Lucie Castets n’a jamais été majoritaire
Il y a deux semaines, je faisais valoir, sans réelle ironie, qu’Emmanuel Macron aurait dû nommer Lucie Castets à Matignon pour clarifier la situation. Elle aurait composé son gouvernement, fait un discours de politique générale, et été rapidement censurée par l’Assemblée nationale. Le NFP aurait crié au coup de force, arguant une fois de plus de sa « victoire » du 7 juillet, mais la démonstration aurait été faite que l’exercice du pouvoir requiert, au minimum, qu’une majorité absolue de députés s’engage à ne pas voter la censure. Or, comme cela a été clairement établi lors de l’élection de la Présidente de l’Assemblée nationale, le NFP ne peut compter, au mieux, que sur 200 députés sur 577. En outre, les leaders des principaux groupes politiques hors-NFP avaient annoncé que, même sans ministres insoumis, ils voteraient la censure contre un gouvernement Castets. Les choses auraient sans doute été différentes si celle-ci avait réellement négocié avec les autres partis, mais elle ne l’a pas fait. Bernard Cazeneuve aurait pu, lui aussi, essayer de construire une majorité à gauche et au centre, mais Jean-Luc Mélenchon et Olivier Faure ont torpillé cette perspective.

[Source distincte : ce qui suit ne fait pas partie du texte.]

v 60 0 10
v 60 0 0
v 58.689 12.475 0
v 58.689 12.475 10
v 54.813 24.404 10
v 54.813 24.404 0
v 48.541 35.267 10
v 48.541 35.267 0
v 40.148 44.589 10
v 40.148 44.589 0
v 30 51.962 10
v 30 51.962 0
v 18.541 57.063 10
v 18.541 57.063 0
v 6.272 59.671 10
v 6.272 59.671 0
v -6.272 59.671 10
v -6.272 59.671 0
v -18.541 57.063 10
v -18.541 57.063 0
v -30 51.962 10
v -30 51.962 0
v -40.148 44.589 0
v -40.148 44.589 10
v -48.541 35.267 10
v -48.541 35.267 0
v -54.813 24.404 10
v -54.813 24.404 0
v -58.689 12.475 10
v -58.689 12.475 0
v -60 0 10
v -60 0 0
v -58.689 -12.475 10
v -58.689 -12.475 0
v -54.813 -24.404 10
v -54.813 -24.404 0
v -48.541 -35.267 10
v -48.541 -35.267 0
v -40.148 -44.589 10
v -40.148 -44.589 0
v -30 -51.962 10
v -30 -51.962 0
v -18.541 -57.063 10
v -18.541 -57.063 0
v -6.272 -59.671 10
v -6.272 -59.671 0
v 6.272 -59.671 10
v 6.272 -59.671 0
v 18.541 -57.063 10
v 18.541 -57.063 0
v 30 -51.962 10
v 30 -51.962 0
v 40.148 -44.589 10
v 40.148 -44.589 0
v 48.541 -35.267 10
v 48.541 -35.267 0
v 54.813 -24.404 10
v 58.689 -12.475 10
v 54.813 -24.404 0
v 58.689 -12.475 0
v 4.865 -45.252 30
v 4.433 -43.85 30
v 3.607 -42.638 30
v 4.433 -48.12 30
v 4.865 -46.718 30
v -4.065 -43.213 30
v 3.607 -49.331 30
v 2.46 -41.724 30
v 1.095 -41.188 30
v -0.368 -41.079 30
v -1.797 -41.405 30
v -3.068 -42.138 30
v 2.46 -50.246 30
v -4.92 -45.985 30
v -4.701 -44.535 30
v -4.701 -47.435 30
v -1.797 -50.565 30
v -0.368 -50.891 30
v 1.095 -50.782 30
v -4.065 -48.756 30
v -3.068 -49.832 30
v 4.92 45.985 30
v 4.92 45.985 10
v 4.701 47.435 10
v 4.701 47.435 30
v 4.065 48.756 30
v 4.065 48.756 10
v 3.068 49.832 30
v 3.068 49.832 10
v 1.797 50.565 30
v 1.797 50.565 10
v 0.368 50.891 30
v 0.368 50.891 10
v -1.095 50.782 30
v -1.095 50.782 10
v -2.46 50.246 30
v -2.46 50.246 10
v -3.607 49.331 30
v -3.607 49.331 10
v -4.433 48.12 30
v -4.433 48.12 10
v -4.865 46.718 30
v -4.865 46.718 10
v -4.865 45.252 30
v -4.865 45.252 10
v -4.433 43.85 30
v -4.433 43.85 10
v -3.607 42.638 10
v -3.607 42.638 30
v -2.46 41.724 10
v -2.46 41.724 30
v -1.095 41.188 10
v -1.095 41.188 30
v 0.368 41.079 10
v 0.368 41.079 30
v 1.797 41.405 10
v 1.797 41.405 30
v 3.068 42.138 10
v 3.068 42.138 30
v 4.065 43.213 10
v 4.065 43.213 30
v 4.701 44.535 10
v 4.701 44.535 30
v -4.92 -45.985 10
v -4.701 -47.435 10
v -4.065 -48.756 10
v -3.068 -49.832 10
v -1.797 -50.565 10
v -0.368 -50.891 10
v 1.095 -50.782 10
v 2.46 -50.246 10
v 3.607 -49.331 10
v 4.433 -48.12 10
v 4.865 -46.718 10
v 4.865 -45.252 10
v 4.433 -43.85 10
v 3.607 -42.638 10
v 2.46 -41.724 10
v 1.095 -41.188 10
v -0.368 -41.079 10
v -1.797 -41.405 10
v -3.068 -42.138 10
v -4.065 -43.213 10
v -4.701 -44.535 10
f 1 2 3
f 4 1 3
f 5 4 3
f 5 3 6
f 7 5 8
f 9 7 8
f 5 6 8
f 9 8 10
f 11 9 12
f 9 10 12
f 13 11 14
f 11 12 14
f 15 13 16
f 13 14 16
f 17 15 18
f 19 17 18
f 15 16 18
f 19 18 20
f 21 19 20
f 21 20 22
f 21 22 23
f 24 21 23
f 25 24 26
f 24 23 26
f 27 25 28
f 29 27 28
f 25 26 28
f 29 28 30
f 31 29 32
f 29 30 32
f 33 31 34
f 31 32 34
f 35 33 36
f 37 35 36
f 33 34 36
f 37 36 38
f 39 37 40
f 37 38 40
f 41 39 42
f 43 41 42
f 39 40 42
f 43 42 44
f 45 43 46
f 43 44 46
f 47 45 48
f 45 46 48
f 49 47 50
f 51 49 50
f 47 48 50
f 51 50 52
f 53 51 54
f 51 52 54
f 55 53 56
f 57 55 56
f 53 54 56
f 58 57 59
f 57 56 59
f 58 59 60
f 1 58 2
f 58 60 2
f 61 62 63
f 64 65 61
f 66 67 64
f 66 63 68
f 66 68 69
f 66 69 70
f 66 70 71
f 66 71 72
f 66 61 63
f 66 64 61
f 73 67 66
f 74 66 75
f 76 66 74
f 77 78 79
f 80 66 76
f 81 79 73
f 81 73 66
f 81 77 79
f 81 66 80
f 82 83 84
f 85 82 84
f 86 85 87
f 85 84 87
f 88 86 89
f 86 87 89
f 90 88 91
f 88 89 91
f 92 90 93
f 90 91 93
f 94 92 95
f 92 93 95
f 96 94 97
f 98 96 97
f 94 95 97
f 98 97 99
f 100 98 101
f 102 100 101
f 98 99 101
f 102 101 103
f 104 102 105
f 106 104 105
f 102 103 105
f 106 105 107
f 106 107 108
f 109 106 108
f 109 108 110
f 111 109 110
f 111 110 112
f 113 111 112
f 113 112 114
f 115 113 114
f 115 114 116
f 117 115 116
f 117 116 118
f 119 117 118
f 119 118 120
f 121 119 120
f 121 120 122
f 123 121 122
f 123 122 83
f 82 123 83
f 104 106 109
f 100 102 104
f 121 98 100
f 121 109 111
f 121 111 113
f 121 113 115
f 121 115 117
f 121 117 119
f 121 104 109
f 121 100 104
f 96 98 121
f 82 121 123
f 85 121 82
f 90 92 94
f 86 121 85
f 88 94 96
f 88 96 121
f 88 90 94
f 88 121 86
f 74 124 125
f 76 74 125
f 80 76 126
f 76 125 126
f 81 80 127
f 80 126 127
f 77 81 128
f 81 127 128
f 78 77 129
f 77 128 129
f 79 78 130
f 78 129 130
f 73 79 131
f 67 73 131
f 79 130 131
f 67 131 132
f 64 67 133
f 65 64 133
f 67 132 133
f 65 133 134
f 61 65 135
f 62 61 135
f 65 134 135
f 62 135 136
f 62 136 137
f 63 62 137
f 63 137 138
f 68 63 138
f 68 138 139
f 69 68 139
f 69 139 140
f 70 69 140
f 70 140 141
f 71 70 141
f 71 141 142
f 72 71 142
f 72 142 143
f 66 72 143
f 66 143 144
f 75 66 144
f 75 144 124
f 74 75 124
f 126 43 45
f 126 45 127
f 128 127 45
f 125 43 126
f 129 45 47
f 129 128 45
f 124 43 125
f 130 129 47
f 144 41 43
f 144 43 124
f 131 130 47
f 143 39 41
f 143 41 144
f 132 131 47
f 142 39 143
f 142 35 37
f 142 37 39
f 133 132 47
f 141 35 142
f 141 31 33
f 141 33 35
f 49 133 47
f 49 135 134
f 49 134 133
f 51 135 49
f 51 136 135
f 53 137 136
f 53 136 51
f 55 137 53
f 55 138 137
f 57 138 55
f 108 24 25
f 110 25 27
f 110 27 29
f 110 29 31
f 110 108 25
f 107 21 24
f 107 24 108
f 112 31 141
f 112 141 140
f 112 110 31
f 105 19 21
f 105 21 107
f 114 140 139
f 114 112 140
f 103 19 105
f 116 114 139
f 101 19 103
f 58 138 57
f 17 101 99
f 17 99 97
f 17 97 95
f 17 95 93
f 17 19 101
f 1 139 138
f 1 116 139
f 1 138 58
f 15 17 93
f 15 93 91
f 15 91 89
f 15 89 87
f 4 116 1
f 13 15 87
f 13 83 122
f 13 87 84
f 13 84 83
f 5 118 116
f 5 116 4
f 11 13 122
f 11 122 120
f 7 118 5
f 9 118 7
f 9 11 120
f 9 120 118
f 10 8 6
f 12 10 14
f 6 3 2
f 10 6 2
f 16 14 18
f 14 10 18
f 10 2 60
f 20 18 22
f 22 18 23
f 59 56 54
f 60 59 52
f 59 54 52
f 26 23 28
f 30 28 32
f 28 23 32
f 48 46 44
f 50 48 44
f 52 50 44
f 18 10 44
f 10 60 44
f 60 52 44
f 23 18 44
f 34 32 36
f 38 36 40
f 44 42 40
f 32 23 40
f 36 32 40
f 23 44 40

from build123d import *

# Parameters (mm, degrees)
SKETCH1_R           = 60
BOSS_EXTRUDE1_DEPTH = 10
SKETCH2_R           = 4.92
BOSS_EXTRUDE2_DEPTH = 30
CIRPATTERN1_COUNT   = 2


with BuildPart() as part:
    # Sketch1 → Boss-Extrude1 (new body)
    with BuildSketch(Plane.XY):
        Circle(SKETCH1_R)
    extrude(amount=BOSS_EXTRUDE1_DEPTH)

    # Sketch2 → Boss-Extrude2 (add)
    with BuildSketch(Plane.XY):
        with Locations((0, 45.984931592)):
            Circle(SKETCH2_R)
    boss_extrude2 = extrude(amount=BOSS_EXTRUDE2_DEPTH)

    # CirPattern1: Boss-Extrude2 ×2 about axis
    cirpattern1_axis = Axis((0, 0, 10), (0, 0, -1))
    for i in range(1, CIRPATTERN1_COUNT):
        add(boss_extrude2.rotate(cirpattern1_axis, i * 360 / CIRPATTERN1_COUNT))


solid = part.part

Composition de l'Assemblée nationale, 9 septembre 2024
Une coalition minoritaire ne peut gouverner seule
Contrairement à ce que laissent entendre chaque jour les caciques du NFP, qui ont dû rater quelques cours, il n’existe aucune disposition dans la constitution, ni aucune coutume politique qui permette au parti arrivé en tête aux législatives d’appliquer son programme sans disposer d’une majorité absolue. Et, à l'inverse de ce que certains ont curieusement suggéré, Emmanuel Macron n’avait pas les moyens constitutionnels ou politiques d’interdire aux élus de son camp de censurer Lucie Castets pour la laisser appliquer le programme du NFP, au nom de sa « victoire ». Il faut rappeler que, dans aucun régime réellement démocratique, une majorité relative ne vaut une majorité absolue. Si un lecteur connaît un contre-exemple, je le prie de m’en faire part. Partout dans le monde, quand aucun parti ou aucune coalition ne dispose d’une majorité absolue à l’issue des élections, leurs leaders doivent négocier un accord majoritaire avant de prétendre gouverner. Parfois, il est impossible de réunir une majorité absolue sur un programme de gouvernement, mais il existe au moins un engagement de partis disposant d’une telle majorité à ne pas voter une censure immédiate. Il arrive aussi que le parti arrivé en tête des élections ne soit pas dans la coalition gagnante, faute d’avoir trouvé des alliés ; il siège alors dans l’opposition, car une majorité composée d’autres partis a émergé.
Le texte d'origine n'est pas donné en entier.